▶ **Material provided**:

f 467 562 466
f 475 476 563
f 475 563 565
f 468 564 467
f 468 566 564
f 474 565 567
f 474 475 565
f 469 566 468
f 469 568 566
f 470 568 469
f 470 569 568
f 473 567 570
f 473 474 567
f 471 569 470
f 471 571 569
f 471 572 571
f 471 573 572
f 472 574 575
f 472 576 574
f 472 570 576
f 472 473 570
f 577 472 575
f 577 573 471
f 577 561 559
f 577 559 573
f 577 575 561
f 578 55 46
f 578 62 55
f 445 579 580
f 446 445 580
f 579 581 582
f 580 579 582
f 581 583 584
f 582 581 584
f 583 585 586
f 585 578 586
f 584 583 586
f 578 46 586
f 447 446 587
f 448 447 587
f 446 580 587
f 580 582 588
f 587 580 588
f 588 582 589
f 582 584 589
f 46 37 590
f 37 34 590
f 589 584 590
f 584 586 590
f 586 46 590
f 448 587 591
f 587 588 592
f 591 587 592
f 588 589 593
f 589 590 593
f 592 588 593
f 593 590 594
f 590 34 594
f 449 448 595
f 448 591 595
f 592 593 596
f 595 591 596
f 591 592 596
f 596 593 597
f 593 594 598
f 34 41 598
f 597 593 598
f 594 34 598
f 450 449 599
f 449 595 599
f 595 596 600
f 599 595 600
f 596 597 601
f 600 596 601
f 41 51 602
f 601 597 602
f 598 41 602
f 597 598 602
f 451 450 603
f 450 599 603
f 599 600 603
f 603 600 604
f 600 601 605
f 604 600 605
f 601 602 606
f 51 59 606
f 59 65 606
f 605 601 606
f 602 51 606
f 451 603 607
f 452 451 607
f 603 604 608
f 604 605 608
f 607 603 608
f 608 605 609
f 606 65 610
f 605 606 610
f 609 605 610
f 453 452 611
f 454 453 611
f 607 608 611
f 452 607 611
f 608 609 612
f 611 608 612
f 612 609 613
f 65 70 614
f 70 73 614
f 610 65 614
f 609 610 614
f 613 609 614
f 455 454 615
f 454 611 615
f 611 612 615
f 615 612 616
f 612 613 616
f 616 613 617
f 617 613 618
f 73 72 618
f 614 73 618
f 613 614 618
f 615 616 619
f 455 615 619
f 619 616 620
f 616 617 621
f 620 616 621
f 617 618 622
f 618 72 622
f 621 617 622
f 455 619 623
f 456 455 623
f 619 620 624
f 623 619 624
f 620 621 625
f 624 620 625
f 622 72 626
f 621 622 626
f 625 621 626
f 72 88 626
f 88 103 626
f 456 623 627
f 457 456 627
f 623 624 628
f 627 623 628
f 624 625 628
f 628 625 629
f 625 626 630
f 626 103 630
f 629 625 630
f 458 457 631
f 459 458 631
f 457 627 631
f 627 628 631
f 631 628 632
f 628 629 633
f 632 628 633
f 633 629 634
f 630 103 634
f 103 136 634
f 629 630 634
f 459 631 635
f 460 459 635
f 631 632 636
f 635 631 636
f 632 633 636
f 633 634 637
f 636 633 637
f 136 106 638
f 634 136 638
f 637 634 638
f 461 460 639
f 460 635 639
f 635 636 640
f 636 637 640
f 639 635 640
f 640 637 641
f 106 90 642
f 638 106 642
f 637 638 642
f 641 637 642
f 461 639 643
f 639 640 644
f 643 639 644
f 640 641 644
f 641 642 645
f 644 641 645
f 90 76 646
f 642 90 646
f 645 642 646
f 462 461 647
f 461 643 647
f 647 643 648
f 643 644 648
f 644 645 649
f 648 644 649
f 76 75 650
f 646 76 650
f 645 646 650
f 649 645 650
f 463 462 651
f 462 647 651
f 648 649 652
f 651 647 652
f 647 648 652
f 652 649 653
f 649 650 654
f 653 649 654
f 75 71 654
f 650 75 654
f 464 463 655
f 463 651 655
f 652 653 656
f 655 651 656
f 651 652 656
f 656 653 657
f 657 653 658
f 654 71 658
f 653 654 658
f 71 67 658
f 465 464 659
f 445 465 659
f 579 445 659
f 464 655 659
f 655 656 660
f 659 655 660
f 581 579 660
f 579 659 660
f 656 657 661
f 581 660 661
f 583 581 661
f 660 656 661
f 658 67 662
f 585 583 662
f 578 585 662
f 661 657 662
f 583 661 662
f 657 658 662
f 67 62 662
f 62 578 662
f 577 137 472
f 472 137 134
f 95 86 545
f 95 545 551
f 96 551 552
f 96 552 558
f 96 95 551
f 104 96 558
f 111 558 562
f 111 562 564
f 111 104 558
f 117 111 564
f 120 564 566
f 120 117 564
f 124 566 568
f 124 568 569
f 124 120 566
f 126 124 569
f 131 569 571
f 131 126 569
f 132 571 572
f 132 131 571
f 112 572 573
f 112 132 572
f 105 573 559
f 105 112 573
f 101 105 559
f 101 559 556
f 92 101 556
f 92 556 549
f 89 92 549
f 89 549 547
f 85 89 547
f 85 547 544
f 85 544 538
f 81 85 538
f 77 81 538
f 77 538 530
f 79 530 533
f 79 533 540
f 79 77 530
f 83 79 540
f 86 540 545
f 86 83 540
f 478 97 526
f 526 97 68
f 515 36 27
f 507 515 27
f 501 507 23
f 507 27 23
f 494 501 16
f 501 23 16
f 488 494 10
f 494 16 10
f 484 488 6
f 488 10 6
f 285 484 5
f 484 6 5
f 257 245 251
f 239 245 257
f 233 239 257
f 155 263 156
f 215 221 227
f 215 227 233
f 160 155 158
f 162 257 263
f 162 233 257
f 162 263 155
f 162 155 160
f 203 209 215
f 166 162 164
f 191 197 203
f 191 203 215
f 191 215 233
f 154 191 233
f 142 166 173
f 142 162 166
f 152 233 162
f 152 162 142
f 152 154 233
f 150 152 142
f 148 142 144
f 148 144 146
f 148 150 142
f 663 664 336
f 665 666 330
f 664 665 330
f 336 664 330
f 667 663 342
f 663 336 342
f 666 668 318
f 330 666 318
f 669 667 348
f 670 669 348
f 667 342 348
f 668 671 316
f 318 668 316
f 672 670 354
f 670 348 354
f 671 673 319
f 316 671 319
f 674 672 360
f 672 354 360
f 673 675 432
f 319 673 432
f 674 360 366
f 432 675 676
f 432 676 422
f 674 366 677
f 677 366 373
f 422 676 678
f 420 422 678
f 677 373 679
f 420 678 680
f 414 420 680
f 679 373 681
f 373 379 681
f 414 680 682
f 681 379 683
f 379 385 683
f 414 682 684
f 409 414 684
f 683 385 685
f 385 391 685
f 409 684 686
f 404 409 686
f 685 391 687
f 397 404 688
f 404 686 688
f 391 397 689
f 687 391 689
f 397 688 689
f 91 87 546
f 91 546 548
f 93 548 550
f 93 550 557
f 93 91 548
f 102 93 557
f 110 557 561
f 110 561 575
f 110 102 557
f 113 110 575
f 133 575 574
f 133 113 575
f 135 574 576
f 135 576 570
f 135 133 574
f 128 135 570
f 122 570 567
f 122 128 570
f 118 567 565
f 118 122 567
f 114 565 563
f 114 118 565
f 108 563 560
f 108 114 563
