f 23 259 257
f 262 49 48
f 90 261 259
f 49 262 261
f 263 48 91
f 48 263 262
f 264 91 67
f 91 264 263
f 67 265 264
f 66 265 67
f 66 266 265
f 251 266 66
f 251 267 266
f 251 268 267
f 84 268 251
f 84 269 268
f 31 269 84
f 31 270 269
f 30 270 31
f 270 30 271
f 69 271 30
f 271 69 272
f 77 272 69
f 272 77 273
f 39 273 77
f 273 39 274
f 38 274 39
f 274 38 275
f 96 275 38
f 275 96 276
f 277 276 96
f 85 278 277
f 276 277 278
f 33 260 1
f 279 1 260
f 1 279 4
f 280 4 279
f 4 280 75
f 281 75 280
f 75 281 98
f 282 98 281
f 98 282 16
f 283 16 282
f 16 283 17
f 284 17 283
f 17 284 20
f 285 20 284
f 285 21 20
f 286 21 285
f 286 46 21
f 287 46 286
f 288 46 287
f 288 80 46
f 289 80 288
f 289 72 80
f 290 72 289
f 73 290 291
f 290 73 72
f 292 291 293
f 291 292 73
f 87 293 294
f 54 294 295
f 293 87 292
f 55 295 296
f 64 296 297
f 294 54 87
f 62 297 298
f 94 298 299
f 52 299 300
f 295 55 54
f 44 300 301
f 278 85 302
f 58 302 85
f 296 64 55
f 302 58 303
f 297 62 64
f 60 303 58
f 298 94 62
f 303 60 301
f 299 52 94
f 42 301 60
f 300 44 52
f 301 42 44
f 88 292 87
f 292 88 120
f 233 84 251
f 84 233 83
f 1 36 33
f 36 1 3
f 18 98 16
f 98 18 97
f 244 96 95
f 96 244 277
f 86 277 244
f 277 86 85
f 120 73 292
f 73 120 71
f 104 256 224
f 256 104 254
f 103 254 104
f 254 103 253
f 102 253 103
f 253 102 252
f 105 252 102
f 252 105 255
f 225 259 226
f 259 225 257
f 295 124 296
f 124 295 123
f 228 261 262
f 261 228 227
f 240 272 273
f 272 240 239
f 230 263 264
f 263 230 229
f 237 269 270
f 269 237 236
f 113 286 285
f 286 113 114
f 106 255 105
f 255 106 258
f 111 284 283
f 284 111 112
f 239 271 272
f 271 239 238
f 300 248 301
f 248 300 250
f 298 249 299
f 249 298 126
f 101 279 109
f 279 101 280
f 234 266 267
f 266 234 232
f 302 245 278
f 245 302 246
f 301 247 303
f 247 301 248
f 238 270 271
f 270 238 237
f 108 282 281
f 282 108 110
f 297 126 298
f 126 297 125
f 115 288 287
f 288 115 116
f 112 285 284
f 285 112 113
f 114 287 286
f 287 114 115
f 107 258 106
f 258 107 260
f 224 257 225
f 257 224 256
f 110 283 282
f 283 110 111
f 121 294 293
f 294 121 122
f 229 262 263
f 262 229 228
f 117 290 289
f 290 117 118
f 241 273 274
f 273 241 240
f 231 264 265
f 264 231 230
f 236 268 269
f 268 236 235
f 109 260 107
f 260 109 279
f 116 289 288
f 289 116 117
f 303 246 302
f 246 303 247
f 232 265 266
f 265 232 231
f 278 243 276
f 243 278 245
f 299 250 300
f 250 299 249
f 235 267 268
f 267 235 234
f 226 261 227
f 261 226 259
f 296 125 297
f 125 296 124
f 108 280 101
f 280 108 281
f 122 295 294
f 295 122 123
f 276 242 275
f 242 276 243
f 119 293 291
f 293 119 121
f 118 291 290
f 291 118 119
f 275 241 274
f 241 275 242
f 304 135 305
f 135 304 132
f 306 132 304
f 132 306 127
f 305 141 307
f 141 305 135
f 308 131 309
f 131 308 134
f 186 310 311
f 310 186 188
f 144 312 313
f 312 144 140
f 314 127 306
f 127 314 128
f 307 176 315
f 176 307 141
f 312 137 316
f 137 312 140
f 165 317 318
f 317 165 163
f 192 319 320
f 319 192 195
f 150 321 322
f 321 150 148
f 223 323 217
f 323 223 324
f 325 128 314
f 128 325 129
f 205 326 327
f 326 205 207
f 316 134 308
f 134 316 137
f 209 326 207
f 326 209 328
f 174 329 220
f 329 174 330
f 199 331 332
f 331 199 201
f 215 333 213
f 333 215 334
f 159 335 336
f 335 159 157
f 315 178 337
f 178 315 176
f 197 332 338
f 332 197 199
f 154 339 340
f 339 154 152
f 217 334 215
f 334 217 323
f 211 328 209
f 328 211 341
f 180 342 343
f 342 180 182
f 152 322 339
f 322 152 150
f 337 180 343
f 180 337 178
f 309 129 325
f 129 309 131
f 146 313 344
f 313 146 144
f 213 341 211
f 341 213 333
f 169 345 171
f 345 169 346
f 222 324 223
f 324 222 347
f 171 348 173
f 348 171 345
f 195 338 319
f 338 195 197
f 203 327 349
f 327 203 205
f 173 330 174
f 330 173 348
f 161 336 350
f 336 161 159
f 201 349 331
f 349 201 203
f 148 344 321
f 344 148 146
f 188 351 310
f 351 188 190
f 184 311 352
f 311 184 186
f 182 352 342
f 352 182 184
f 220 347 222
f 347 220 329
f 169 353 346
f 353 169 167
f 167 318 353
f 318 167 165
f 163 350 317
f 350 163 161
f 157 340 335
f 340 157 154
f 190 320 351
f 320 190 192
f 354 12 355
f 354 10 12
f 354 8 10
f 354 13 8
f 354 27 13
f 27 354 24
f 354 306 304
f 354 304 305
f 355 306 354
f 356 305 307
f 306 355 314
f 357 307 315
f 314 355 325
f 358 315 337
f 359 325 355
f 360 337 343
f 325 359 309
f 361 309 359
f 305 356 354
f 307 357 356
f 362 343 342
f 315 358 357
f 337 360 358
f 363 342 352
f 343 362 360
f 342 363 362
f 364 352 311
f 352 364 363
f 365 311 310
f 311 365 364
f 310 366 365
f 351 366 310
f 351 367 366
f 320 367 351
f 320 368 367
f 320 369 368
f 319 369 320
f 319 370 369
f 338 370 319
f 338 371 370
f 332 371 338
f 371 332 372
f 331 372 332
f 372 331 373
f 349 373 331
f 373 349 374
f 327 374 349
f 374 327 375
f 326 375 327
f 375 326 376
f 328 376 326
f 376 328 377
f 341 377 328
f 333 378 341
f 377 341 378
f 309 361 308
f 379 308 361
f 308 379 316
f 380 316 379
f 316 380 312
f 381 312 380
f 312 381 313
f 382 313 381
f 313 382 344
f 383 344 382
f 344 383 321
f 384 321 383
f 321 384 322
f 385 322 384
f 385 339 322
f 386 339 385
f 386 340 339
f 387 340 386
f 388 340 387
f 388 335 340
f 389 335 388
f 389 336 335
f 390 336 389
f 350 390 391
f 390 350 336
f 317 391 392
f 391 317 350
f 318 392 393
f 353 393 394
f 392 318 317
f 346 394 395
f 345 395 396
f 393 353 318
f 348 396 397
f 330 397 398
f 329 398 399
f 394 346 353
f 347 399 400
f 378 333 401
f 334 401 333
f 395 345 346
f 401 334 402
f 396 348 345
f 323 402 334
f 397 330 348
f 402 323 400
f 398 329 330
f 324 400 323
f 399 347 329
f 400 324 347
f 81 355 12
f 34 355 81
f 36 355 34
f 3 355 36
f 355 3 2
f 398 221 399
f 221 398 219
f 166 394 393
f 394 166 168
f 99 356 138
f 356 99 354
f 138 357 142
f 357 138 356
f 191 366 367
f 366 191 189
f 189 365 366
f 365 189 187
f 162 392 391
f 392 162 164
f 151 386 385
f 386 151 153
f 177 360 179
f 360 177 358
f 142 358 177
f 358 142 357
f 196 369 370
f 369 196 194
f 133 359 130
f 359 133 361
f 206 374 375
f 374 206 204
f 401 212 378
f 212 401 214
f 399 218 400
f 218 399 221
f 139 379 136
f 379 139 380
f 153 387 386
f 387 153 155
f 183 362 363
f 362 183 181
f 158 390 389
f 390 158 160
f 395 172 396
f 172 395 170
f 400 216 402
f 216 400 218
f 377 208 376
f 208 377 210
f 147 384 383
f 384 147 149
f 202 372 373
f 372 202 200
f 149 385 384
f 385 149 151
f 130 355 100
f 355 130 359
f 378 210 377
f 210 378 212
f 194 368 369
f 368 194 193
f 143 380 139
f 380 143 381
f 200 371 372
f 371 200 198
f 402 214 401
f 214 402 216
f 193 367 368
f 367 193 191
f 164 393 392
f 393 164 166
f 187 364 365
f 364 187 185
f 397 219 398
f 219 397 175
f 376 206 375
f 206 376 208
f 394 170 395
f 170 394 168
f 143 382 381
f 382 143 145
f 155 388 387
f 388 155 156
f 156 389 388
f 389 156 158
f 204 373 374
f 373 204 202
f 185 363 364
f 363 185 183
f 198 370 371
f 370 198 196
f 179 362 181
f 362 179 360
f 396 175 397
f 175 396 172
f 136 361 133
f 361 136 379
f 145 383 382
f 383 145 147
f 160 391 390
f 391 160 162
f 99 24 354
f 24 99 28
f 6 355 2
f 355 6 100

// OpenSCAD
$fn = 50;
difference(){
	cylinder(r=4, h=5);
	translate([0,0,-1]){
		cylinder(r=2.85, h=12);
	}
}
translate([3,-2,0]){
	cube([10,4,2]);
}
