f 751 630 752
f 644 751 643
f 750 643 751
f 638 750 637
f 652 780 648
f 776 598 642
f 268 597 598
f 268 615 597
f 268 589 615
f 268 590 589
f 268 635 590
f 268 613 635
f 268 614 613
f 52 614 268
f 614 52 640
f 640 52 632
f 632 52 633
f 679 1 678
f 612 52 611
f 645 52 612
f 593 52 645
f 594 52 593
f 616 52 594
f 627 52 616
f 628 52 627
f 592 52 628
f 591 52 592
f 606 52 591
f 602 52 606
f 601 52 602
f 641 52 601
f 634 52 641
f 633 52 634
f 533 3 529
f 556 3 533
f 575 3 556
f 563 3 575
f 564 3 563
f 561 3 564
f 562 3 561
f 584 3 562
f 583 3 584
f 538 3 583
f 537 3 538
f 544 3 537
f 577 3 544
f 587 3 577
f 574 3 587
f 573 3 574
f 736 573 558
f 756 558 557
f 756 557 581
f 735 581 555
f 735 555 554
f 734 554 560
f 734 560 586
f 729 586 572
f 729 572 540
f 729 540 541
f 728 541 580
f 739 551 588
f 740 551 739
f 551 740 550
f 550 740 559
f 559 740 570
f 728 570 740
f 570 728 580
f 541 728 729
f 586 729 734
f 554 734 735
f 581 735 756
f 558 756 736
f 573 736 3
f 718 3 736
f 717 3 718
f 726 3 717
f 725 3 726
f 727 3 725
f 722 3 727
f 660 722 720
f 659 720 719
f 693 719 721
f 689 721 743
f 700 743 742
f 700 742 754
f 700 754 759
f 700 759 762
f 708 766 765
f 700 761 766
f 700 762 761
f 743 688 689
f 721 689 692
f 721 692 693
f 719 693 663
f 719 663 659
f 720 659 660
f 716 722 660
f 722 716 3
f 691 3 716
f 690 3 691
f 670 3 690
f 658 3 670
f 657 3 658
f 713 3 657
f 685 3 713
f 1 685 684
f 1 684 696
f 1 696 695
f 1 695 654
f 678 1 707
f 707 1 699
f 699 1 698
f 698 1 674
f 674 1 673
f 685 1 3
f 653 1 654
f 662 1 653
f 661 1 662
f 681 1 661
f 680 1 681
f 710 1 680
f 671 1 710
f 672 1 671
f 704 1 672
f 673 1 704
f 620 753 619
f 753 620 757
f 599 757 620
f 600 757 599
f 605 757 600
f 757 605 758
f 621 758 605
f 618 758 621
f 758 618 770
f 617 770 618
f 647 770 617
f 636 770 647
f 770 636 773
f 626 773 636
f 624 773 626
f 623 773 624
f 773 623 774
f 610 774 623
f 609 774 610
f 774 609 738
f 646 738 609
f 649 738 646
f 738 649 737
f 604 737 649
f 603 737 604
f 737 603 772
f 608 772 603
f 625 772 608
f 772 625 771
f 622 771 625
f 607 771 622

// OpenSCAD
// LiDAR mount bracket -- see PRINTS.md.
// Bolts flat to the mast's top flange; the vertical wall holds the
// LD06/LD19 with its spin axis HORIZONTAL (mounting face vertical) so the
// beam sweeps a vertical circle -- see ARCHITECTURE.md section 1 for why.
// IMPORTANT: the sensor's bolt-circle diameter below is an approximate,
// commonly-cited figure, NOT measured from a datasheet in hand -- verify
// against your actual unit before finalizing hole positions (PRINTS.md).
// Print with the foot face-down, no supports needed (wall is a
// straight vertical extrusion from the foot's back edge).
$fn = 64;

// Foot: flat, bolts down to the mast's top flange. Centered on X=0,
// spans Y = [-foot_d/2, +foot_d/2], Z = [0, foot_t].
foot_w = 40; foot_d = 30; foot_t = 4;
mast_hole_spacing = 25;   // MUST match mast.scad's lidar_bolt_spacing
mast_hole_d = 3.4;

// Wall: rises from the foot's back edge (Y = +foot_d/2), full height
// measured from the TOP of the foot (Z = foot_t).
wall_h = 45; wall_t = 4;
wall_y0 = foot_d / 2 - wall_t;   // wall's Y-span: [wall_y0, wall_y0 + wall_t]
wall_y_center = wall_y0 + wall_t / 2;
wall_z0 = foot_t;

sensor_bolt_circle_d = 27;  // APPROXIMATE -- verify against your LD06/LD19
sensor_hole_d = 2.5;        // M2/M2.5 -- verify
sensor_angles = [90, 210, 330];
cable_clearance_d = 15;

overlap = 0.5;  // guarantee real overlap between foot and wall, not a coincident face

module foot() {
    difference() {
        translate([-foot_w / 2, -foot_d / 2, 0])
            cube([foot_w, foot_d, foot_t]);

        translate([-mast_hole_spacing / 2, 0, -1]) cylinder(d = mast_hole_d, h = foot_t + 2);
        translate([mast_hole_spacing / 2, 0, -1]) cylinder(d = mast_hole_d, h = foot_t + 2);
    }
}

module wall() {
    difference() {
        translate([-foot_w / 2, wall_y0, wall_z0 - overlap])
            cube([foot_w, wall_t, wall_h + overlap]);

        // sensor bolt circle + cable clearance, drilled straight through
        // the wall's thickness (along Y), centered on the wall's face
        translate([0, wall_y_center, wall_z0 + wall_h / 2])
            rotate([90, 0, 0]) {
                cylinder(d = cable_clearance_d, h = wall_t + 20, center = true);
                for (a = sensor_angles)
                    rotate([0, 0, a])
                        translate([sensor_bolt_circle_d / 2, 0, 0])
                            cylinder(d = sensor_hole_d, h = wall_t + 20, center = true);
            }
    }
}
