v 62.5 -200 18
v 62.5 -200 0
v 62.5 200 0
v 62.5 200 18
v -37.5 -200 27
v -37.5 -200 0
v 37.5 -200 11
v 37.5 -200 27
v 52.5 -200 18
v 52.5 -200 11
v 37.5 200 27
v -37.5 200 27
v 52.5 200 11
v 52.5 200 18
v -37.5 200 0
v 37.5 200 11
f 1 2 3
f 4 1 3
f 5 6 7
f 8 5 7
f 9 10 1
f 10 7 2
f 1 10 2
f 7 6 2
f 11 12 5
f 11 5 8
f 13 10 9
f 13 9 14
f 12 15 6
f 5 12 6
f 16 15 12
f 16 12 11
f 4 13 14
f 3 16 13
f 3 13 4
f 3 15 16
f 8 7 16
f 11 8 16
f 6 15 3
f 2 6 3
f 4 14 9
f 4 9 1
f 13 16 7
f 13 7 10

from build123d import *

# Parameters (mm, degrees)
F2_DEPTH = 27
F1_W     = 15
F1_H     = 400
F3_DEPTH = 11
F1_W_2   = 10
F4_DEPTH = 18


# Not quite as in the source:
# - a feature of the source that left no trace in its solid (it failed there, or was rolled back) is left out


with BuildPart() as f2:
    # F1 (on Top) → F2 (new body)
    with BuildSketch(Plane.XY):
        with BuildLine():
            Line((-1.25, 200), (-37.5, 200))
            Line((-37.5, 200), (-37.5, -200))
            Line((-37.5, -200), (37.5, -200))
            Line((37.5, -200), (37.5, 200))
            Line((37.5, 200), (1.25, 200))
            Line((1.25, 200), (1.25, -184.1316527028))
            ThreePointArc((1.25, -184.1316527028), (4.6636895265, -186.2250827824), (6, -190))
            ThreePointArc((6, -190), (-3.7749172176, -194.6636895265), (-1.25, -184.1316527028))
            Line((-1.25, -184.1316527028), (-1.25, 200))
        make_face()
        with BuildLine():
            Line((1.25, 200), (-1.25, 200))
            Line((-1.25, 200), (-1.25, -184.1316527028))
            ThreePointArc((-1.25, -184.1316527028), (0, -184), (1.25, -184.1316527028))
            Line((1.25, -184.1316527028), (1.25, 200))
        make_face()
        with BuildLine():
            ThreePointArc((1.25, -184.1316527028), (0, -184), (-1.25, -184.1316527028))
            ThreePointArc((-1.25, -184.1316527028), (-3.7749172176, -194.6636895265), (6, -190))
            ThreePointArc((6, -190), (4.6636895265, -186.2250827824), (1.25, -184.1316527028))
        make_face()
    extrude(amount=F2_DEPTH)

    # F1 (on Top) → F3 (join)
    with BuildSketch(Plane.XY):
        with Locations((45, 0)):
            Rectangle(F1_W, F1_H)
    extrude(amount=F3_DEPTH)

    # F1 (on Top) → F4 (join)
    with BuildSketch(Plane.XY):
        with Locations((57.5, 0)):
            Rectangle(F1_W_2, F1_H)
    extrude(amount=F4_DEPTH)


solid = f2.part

▶ **Exercise details**: For each line above that includes "straight", copy the line.

▶ **Response to the task**:
// straight vertical extrusion from the foot's back edge).
        // sensor bolt circle + cable clearance, drilled straight through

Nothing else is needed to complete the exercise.